“I don’t think I’ve made a better, more life-changing choice than the decision to go to In The Gap, other than my salvation prayer.”
“Many thoughts went through my head on that flight, and I thought the whole thing was ridiculous. I mean, I was born in San Jose, California. I’m a city boy! Where in the world is Oklahoma? I calmed myself by going to the Lord in prayer and reminding myself that this was where God wanted me to be. I landed and was soon caught up in the busyness of traveling to Eagle Springs for training. I felt very emotionless at that point and was very unhappy about where I was and what I was doing. The first week of training was fun, in a way, but I made it gloomy for myself by criticizing and nitpicking everything that happened. I was trying to find reasons why I shouldn’t be there, and I was trying to make myself not “like” the place. Slowly the first week of teaching passed, with me dreading every single day that I had to get up in front of class after class to teach. I was, like most other men of my age, terribly afraid of any sort of public speaking and I wanted to leave as soon as I could. But through the personal quiet time we had at Eagle Springs, the encouragement from my teammates, and the strength I gained from God’s Word I slowly started to stand against the fear of speaking in front of people. The session passed by quickly from then on, and ten weeks later I was on the plane back to California. I had the choice to leave halfway through the session, yet I stayed because I knew that I loved that place, I loved the work that we did, and I loved the fellowship with other Christian believers. I’ve been back there 4 times altogether, and I haven’t regretted it at all. Actually, I don’t think I’ve made a better, more life-changing choice than the decision to go to In The Gap, other than my salvation prayer.

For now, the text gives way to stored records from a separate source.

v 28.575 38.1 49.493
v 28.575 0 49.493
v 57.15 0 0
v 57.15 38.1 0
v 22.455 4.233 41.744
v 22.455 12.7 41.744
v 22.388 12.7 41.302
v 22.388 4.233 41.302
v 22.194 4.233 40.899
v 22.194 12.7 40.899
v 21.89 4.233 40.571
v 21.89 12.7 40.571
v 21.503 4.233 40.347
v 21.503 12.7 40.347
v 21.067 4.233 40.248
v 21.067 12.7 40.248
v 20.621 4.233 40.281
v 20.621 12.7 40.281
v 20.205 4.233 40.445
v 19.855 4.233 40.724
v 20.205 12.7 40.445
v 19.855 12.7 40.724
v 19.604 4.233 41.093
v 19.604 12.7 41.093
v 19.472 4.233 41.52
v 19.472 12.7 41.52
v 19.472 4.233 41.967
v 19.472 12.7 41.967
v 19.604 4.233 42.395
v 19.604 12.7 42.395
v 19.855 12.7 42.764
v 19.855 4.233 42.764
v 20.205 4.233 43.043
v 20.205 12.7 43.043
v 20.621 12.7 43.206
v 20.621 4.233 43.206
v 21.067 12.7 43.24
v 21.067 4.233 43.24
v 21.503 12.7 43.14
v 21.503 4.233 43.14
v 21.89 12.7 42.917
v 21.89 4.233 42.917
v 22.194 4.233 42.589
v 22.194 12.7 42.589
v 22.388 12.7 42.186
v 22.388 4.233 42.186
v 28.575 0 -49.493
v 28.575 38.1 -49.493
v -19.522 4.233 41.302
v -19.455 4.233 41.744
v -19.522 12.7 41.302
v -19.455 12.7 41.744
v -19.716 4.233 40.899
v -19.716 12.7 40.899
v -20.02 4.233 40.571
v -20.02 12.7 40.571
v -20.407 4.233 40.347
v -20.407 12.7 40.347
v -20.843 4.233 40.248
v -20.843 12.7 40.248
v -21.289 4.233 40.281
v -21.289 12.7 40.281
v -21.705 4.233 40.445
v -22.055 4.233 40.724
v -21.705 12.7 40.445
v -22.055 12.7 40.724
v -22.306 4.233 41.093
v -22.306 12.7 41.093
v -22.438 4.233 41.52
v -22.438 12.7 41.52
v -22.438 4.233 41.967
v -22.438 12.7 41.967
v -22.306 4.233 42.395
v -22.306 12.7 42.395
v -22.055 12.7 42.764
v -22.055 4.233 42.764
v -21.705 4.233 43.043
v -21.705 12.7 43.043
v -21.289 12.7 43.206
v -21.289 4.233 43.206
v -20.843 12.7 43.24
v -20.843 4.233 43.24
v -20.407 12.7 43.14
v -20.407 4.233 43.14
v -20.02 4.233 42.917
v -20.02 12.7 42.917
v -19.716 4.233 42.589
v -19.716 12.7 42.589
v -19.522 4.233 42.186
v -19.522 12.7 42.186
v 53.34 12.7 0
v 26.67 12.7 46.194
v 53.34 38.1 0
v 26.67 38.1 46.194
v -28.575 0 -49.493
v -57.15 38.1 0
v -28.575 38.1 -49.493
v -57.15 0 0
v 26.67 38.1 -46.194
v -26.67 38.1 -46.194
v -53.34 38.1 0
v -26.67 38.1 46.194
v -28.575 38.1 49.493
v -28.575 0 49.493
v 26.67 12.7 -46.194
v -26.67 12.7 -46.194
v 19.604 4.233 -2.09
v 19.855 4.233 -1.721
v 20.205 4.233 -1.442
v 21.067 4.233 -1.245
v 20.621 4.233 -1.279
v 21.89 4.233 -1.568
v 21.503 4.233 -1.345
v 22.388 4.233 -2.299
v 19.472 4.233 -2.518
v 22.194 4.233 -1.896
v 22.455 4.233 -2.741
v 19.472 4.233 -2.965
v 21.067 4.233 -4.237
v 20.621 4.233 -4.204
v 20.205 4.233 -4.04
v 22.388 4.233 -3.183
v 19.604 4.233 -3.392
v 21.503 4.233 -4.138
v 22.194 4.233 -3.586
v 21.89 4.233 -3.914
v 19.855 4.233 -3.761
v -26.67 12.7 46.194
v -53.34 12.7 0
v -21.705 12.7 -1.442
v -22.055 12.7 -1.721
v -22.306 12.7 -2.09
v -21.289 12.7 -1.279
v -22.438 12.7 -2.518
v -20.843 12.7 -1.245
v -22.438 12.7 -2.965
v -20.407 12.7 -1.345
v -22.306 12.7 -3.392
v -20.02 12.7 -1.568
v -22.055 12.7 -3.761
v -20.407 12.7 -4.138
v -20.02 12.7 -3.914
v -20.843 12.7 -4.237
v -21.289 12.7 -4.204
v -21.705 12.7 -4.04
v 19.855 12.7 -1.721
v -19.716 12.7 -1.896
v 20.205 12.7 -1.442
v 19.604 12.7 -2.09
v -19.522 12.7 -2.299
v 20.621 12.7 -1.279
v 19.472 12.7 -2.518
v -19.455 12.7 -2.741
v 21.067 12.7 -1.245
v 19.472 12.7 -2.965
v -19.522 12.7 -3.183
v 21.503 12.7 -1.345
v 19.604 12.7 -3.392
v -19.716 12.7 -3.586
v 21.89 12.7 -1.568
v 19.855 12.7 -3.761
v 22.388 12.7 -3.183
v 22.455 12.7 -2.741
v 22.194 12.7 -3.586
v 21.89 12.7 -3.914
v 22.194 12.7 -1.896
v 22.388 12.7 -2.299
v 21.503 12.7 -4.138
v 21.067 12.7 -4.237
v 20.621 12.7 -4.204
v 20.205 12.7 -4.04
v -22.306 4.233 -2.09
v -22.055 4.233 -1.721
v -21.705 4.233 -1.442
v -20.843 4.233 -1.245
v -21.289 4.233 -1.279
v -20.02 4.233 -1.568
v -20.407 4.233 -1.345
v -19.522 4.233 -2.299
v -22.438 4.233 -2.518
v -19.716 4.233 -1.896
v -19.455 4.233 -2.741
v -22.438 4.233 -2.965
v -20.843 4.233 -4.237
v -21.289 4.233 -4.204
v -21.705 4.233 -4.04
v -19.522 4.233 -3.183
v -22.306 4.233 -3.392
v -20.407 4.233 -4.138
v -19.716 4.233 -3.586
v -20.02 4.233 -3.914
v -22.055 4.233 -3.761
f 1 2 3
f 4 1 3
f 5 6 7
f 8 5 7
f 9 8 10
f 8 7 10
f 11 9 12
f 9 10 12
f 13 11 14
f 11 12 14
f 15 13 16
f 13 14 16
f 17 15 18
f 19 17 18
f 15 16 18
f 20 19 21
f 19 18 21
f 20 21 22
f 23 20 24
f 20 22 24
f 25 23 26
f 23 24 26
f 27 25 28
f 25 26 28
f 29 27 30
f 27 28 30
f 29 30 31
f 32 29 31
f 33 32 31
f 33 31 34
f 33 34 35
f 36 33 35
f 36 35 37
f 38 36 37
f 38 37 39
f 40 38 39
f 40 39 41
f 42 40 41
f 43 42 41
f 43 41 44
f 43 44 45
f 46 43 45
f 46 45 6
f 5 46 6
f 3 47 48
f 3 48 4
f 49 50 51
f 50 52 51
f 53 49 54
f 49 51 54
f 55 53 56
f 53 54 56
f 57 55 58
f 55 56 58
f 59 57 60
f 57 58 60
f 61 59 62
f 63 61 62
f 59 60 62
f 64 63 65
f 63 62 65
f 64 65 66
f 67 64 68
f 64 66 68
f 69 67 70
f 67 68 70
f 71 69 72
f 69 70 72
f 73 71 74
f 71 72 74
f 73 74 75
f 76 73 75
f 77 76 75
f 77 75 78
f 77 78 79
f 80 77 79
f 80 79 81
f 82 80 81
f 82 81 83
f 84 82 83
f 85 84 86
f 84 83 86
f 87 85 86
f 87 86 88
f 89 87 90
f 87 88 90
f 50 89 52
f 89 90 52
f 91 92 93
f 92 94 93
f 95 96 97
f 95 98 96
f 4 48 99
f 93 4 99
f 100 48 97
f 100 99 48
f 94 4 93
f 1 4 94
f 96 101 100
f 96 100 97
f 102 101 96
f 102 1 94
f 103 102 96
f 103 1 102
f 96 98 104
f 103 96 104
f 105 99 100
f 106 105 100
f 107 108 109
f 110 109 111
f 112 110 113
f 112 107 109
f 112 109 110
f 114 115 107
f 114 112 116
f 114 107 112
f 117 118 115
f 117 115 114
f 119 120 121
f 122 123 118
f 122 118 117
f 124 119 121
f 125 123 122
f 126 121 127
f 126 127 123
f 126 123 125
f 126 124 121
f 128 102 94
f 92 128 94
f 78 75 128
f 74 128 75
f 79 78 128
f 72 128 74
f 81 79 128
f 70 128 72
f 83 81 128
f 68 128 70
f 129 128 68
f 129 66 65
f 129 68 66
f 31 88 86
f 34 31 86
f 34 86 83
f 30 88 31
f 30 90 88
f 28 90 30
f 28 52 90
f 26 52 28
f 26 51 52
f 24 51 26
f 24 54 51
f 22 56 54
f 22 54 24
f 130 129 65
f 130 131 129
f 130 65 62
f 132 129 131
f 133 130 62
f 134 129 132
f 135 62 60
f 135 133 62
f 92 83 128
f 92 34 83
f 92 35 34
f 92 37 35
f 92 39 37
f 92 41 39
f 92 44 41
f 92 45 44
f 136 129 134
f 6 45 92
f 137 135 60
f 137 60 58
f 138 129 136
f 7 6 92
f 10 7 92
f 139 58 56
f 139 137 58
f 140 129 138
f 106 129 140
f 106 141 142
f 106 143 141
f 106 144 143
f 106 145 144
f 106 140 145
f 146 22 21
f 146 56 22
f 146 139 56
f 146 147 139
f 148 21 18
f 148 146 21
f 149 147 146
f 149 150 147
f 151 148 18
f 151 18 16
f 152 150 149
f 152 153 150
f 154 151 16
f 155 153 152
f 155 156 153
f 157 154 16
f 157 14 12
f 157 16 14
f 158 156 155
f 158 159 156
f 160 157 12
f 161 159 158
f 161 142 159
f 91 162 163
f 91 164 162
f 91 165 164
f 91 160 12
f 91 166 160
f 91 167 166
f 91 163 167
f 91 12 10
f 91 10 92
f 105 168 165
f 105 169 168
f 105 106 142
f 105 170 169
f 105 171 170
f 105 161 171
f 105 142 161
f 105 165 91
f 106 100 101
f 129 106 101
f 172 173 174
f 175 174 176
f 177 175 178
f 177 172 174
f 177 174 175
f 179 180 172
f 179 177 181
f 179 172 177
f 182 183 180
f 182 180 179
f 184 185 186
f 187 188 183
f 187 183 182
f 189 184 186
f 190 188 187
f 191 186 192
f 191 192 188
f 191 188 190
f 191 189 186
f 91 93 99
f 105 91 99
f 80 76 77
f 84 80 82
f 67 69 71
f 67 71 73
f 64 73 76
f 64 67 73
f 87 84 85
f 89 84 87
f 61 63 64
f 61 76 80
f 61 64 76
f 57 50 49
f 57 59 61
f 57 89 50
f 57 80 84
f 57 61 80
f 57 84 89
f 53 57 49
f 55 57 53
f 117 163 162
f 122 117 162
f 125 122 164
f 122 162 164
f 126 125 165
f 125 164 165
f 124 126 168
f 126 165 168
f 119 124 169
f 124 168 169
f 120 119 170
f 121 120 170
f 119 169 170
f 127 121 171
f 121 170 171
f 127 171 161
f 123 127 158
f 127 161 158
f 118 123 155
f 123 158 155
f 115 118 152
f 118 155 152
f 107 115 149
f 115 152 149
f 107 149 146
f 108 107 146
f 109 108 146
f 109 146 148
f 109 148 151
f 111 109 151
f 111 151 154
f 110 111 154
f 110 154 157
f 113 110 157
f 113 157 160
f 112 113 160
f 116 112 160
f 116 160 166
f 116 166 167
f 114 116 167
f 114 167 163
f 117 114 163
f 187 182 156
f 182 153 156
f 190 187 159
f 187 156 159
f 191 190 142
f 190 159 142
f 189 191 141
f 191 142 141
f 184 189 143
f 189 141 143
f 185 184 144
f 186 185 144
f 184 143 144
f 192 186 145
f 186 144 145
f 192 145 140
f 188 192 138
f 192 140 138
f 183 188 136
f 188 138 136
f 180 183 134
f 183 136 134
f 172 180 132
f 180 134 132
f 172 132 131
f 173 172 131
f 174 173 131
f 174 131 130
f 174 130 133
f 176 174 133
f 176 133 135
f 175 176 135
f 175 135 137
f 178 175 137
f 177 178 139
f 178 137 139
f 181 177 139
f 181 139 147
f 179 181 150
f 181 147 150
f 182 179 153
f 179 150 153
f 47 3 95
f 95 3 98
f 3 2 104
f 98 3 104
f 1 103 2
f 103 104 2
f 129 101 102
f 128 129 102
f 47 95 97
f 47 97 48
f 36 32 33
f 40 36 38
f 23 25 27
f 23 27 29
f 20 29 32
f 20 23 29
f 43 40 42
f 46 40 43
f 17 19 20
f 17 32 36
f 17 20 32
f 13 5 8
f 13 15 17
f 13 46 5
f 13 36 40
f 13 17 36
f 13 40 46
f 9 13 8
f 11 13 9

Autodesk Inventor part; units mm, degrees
ref_plane "YZ Plane" through (0, 0, 0) normal (1, 0, 0) x (0, 1, 0)
ref_plane "XZ Plane" through (0, 0, 0) normal (0, 1, 0) x (-1, 0, 0)
ref_plane "XY Plane" through (0, 0, 0) normal (0, 0, 1) x (1, 0, 0)
sketch "Sketch1" plane through (0, 0, 0) normal (0, 1, 0) x (-1, 0, 0)
  line L0 (57.15, 0) -> (28.575, 49.4934)
  line L1 (28.575, 49.4934) -> (-28.575, 49.4934)
  line L2 (-28.575, 49.4934) -> (-57.15, 0)
  line L3 (57.15, 0) -> (28.575, -49.4934)
  line L4 (28.575, -49.4934) -> (-28.575, -49.4934)
  line L5 (-28.575, -49.4934) -> (-57.15, 0)
  point P0 (0, 0)
  dimension "d0" = 57.15
  dimension "d1" = 57.15
  dimension "d2" = 57.15
  dimension "d3" = 57.15
extrude "Extrusion1" add sketch "Sketch1" along normal blind 38.1
sketch "Sketch2" plane through (0, 38.1, 0) normal (0, 1, 0) x (1, 0, 0)
  line L0 (0, 0) -> (-53.34, 0)
  line L1 (-53.34, 0) -> (-26.67, -46.1938)
  line L2 (-26.67, -46.1938) -> (26.67, -46.1938)
  line L3 (26.67, -46.1938) -> (53.34, 0)
  line L4 (53.34, 0) -> (26.67, 46.1938)
  line L5 (26.67, 46.1938) -> (-26.67, 46.1938)
  line L6 (-26.67, 46.1938) -> (-53.34, 0)
  dimension "d6" = 53.34
  dimension "d7" = 53.34
  dimension "d8" = 60
  dimension "d9" = 53.34
  dimension "d10" = 53.34
extrude "Extrusion2" cut sketch "Sketch2" against normal blind 31.75
sketch "Sketch3" plane through (0, 6.35, 0) normal (0, 1, 0) x (1, 0, 0)
  line L0 (26.67, -46.1938) -> (-26.67, -46.1938) projected
  line L1 (-26.67, -46.1938) -> (26.67, -46.1938)
  line L2 (53.34, 0) -> (26.67, -46.1938) projected
  line L3 (26.67, -46.1938) -> (53.34, 0)
  line L4 (-26.67, 46.1938) -> (26.67, 46.1938) projected
  line L5 (53.34, 0) -> (26.67, 46.1938)
  line L6 (26.67, 46.1938) -> (-26.67, 46.1938)
  line L7 (-26.67, 46.1938) -> (-53.34, 0)
  line L8 (-26.67, -46.1938) -> (-53.34, 0) projected
  line L9 (-53.34, 0) -> (-26.67, -46.1938)
  line L10 (-26.67, -46.1938) -> (26.67, -46.1938)
  point P0 (0, 0)
extrude "Extrusion3" add sketch "Sketch3" along normal blind 6.35
sketch "Sketch4" plane through (0, 12.7, 0) normal (0, 1, 0) x (1, 0, 0)
  circle A0 centre (-20.955, -41.7438) radius 1.5
  line L0 (26.67, -46.1938) -> (-26.67, -46.1938) projected
  circle A1 centre (20.955, -41.7438) radius 1.5
  circle A2 centre (-20.955, 2.7412) radius 1.5
  circle A3 centre (20.955, 2.7412) radius 1.5
  point P0 (0, 0)
  dimension "d15" = 3
  dimension "d16" = 4.45
  dimension "d17" = 3
  dimension "d18" = 41.91
  dimension "d19" = 20.955
  dimension "d20" = 4.45
  dimension "d21" = 3
  dimension "d22" = 44.485
  dimension "d23" = 20.955
  dimension "d24" = 3
  dimension "d25" = 41.91
  dimension "d26" = 44.485
extrude "Extrusion4" cut sketch "Sketch4" against normal blind 8.4667
properties part number "Internal Base"
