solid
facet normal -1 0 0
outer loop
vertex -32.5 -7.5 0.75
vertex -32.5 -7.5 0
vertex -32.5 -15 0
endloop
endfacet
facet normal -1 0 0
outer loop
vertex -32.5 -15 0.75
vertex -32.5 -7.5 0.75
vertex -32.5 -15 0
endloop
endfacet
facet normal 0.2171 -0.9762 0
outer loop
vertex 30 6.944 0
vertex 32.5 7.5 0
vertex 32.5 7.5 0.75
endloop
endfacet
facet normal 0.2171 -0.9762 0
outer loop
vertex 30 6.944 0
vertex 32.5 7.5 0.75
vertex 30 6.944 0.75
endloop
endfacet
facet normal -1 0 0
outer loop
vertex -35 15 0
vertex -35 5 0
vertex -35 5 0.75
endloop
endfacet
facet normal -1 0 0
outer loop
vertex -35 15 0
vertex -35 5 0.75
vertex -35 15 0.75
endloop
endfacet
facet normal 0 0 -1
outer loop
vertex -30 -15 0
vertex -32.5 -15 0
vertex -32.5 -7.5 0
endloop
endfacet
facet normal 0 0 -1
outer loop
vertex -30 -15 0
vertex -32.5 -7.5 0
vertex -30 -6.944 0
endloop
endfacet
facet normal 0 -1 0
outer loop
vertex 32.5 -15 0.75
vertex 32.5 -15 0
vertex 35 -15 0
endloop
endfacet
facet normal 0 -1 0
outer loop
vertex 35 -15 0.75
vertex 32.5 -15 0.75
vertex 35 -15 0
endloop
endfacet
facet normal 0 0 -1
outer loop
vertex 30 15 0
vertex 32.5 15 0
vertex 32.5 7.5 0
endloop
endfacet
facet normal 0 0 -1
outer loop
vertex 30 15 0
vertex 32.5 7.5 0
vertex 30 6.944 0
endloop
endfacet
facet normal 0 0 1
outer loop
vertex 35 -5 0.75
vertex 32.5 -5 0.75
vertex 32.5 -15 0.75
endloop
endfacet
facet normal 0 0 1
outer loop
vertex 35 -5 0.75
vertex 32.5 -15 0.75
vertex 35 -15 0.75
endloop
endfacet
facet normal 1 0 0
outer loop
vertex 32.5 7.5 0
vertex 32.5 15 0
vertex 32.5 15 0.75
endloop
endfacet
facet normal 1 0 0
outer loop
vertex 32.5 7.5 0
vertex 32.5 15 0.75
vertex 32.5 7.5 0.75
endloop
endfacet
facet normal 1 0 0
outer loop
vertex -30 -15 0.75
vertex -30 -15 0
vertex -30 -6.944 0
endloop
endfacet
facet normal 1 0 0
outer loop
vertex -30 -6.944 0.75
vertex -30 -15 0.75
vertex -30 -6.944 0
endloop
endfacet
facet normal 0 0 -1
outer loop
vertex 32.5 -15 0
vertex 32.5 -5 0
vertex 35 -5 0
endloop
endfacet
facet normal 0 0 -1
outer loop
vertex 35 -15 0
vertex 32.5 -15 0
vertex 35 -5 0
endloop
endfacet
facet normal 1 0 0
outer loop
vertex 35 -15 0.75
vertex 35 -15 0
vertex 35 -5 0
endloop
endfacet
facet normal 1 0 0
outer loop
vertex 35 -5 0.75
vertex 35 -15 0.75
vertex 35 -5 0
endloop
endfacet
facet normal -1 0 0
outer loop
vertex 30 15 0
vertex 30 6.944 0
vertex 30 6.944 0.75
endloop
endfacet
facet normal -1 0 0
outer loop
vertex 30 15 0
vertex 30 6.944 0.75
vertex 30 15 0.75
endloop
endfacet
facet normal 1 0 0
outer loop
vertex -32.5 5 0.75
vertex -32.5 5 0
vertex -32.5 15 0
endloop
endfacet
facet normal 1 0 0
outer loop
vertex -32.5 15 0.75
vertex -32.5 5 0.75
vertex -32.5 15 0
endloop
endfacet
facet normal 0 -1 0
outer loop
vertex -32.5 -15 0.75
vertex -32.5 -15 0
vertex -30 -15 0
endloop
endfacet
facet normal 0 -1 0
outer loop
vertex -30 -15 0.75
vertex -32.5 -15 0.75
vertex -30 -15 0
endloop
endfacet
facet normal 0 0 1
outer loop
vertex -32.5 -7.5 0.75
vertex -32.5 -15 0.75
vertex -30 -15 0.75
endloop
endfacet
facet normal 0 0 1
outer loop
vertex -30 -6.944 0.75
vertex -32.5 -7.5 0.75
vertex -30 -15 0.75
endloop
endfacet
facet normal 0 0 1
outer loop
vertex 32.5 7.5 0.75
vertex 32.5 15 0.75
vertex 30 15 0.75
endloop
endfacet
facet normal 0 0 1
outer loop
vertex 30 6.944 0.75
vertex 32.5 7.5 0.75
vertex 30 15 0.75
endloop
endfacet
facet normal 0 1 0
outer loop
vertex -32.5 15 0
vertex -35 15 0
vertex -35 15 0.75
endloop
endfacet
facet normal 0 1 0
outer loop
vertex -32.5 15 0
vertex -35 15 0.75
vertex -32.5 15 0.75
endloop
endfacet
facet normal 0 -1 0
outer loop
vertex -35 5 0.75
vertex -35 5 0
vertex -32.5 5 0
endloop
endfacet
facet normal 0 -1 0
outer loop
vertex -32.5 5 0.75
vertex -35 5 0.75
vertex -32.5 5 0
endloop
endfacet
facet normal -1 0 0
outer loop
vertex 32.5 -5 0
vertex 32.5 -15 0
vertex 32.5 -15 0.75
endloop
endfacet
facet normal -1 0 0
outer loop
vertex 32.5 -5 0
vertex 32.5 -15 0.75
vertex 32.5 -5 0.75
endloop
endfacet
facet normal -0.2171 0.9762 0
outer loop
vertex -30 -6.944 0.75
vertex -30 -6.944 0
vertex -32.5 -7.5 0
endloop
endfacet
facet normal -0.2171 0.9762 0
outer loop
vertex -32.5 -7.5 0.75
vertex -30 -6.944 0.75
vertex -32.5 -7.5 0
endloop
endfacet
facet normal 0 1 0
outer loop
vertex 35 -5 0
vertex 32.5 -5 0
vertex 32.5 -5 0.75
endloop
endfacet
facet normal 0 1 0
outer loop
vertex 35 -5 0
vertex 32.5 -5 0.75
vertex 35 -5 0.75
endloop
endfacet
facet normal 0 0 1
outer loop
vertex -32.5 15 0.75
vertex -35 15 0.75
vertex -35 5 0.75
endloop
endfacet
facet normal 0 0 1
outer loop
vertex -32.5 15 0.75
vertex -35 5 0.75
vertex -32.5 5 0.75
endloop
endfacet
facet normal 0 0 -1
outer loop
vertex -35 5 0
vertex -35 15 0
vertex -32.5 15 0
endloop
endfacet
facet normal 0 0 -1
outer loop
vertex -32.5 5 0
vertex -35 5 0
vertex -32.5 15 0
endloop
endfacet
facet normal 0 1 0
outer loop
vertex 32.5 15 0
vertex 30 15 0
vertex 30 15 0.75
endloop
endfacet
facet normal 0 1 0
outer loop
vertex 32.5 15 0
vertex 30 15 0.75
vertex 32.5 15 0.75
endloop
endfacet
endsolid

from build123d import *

# Parameters (mm, degrees)
SKETCH1_W             = 2.5
SKETCH1_H             = 10
BOSS_EXTRUDE1_DEPTH   = 0.75
BOSS_EXTRUDE1_2_DEPTH = 0.75
BOSS_EXTRUDE1_3_DEPTH = 0.75
BOSS_EXTRUDE1_4_DEPTH = 0.75


with BuildPart() as part:
    # Sketch1 → Boss-Extrude1 (new body)
    with BuildSketch(Plane.XY):
        with Locations((-33.75, 10)):
            Rectangle(SKETCH1_W, SKETCH1_H)
    extrude(amount=BOSS_EXTRUDE1_DEPTH)


with BuildPart() as body_2:
    # Sketch1 → Boss-Extrude1 2 (new body)
    with BuildSketch(Plane.XY):
        Polygon((30, 15), (32.5, 15), (32.5, 7.5), (30, 6.944444444), align=None)
    extrude(amount=BOSS_EXTRUDE1_2_DEPTH)


with BuildPart() as body_3:
    # Sketch1 → Boss-Extrude1 3 (new body)
    with BuildSketch(Plane.XY):
        Polygon((-32.5, -7.5), (-32.5, -15), (-30, -15), (-30, -6.944444444), align=None)
    extrude(amount=BOSS_EXTRUDE1_3_DEPTH)


with BuildPart() as body_4:
    # Sketch1 → Boss-Extrude1 4 (new body)
    with BuildSketch(Plane.XY):
        with Locations((33.75, -10)):
            Rectangle(SKETCH1_W, SKETCH1_H)
    extrude(amount=BOSS_EXTRUDE1_4_DEPTH)


solid = Compound([part.part, body_2.part, body_3.part, body_4.part])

Looking back, God has taught me so much through this program. Not just practical skills such as public speaking, planning effectively for classes, and tutoring children, but also in skills that I can use to further the kingdom of God such as, presenting the Wordless Book, being a leader, and having the awareness that God is always there for us. I have never relied on God SO MUCH in my whole life.
Up until then, my life was easy, and I had little to worry about, but being a part of In The Gap pushed and shoved me through the doorway of reliance on God. Each day I was there, I prayed, I asked God for strength, I recited verses in my mind as I stood outside classrooms, I threw myself into His arms and let Him carry me through. Being there has taught me things that I probably would never had learned otherwise. I learned to listen to the voice of God, I was taught to rely on God for joy, I was trained to encourage others, I developed the willpower to grit my teeth and press on. All of these things, though I am not close to mastering, yet I feel as if the In The Gap program has jump-started my spiritual walk with God. Before going to In The Gap, yes, I was saved, but it never crossed my mind that I would ever serve Him in such a way as I have.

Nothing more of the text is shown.